For the entries that follow, tally the lines holding the string "through". Give the total and nothing else.

Collected data entries
◆ ◆ ◆ ◆ ◆
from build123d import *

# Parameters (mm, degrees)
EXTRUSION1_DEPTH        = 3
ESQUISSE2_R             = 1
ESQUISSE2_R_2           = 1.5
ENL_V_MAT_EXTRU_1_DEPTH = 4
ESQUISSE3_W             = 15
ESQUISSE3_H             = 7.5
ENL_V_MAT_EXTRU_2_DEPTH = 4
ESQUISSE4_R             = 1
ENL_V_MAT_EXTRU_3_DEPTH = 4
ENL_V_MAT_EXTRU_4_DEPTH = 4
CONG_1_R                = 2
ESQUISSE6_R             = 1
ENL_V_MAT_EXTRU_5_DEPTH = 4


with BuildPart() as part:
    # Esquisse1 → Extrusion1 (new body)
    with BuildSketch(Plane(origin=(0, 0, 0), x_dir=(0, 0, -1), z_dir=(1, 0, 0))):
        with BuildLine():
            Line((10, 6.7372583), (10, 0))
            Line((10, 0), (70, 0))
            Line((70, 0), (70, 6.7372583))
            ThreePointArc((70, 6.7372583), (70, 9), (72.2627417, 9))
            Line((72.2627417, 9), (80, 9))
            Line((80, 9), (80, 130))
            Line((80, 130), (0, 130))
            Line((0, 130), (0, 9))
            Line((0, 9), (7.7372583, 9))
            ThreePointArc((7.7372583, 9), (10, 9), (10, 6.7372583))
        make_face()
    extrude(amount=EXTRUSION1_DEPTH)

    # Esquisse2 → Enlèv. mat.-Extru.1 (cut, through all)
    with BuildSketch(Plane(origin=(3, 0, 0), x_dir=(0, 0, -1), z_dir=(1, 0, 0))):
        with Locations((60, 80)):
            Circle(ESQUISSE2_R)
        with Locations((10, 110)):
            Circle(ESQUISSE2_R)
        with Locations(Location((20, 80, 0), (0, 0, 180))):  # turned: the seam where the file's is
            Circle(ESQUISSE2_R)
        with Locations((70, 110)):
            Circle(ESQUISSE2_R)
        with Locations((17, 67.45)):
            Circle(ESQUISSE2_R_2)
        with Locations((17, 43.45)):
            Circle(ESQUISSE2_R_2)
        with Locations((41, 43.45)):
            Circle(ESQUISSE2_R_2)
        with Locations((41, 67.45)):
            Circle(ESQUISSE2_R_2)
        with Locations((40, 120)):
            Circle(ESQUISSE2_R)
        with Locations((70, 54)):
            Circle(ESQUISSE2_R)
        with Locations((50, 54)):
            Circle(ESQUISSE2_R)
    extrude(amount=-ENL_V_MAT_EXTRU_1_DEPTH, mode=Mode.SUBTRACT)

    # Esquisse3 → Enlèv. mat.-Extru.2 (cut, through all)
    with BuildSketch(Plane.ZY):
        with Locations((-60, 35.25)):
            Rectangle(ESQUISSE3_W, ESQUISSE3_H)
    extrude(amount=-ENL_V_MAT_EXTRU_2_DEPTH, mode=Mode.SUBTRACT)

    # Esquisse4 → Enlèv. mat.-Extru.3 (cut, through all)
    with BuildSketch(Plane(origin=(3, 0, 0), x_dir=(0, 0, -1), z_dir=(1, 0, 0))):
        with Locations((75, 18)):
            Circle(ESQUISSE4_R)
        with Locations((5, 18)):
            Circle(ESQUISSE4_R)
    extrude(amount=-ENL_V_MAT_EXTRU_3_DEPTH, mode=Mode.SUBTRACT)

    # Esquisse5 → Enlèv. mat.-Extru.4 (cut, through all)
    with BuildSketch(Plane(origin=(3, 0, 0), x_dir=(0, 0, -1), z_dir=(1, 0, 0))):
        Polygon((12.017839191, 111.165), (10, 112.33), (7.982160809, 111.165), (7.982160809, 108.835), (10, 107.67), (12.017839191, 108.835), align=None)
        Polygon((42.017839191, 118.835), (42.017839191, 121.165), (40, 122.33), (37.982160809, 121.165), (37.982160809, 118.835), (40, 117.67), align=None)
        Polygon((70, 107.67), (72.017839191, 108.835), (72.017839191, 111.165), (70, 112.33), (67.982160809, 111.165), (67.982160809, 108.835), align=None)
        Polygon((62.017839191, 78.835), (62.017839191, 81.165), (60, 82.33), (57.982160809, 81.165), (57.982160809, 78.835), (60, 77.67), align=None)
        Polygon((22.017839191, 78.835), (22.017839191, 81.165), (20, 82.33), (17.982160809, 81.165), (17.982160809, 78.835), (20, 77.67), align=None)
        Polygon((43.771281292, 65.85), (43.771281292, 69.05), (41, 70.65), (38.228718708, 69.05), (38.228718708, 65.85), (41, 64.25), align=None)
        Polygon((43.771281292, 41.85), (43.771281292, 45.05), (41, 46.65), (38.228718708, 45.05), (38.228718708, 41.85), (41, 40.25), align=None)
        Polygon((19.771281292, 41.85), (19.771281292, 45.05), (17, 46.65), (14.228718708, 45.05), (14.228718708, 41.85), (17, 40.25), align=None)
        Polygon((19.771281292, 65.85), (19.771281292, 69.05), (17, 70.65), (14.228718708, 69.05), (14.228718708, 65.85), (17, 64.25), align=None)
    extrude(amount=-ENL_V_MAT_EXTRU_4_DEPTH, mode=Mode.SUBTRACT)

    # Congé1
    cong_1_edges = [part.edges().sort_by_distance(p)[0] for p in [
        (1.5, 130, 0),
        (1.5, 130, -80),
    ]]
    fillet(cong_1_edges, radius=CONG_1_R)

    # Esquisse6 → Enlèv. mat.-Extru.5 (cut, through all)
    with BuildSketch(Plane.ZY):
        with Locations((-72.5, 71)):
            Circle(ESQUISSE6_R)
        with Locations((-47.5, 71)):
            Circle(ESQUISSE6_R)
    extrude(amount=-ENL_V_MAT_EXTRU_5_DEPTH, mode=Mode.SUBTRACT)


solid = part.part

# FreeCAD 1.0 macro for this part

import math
import FreeCAD as App
import Part
import Sketcher
Q = App.Units.Quantity


def edges_at(feature, points):
    """Names of the edges that pass closest to the given points."""
    edges = feature.Shape.Edges
    near = lambda p: min(range(len(edges)), key=lambda i: edges[i].distToShape(Part.Vertex(*p))[0])
    return sorted({f"Edge{near(p) + 1}" for p in points})


def add_polygon(sketch, points):
    """Adds a closed chain of lines whose ends are joined by coincident constraints."""
    first, n = sketch.GeometryCount, len(points)
    for a, b in zip(points, points[1:] + points[:1]):
        sketch.addGeometry(Part.LineSegment(App.Vector(*a, 0), App.Vector(*b, 0)), False)
    for i in range(n):
        sketch.addConstraint(Sketcher.Constraint("Coincident", first + i, 2, first + (i + 1) % n, 1))

doc = App.newDocument("Part")
body = doc.addObject("PartDesign::Body", "Body")

sketch1 = body.newObject("Sketcher::SketchObject", "Sketch")
sketch1.AttachmentSupport = (doc.getObject("YZ_Plane"), [""])
sketch1.MapMode = "FlatFace"
sketch1.addGeometry(Part.LineSegment(App.Vector(6.737258, -10, 0), App.Vector(0, -10, 0)), False)
sketch1.addGeometry(Part.LineSegment(App.Vector(0, -10, 0), App.Vector(0, -70, 0)), False)
sketch1.addGeometry(Part.LineSegment(App.Vector(0, -70, 0), App.Vector(6.737258, -70, 0)), False)
sketch1.addGeometry(Part.ArcOfCircle(Part.Circle(App.Vector(7.868629, -71.131371, 0), App.Vector(0, 0, 1), 1.6), math.radians(-45), math.radians(135)), False)
sketch1.addGeometry(Part.LineSegment(App.Vector(9, -72.262742, 0), App.Vector(9, -80, 0)), False)
sketch1.addGeometry(Part.LineSegment(App.Vector(9, -80, 0), App.Vector(130, -80, 0)), False)
sketch1.addGeometry(Part.LineSegment(App.Vector(130, -80, 0), App.Vector(130, 0, 0)), False)
sketch1.addGeometry(Part.LineSegment(App.Vector(130, 0, 0), App.Vector(9, 0, 0)), False)
sketch1.addGeometry(Part.LineSegment(App.Vector(9, 0, 0), App.Vector(9, -7.737258, 0)), False)
sketch1.addGeometry(Part.ArcOfCircle(Part.Circle(App.Vector(7.868629, -8.868629, 0), App.Vector(0, 0, 1), 1.6), math.radians(-135), math.radians(45)), False)
sketch1.addConstraint(Sketcher.Constraint("Coincident", 0, 2, 1, 1))
sketch1.addConstraint(Sketcher.Constraint("Coincident", 1, 2, 2, 1))
sketch1.addConstraint(Sketcher.Constraint("Coincident", 2, 2, 3, 2))
sketch1.addConstraint(Sketcher.Constraint("Coincident", 3, 1, 4, 1))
◆ ◆ ◆ ◆ ◆
The completed task
5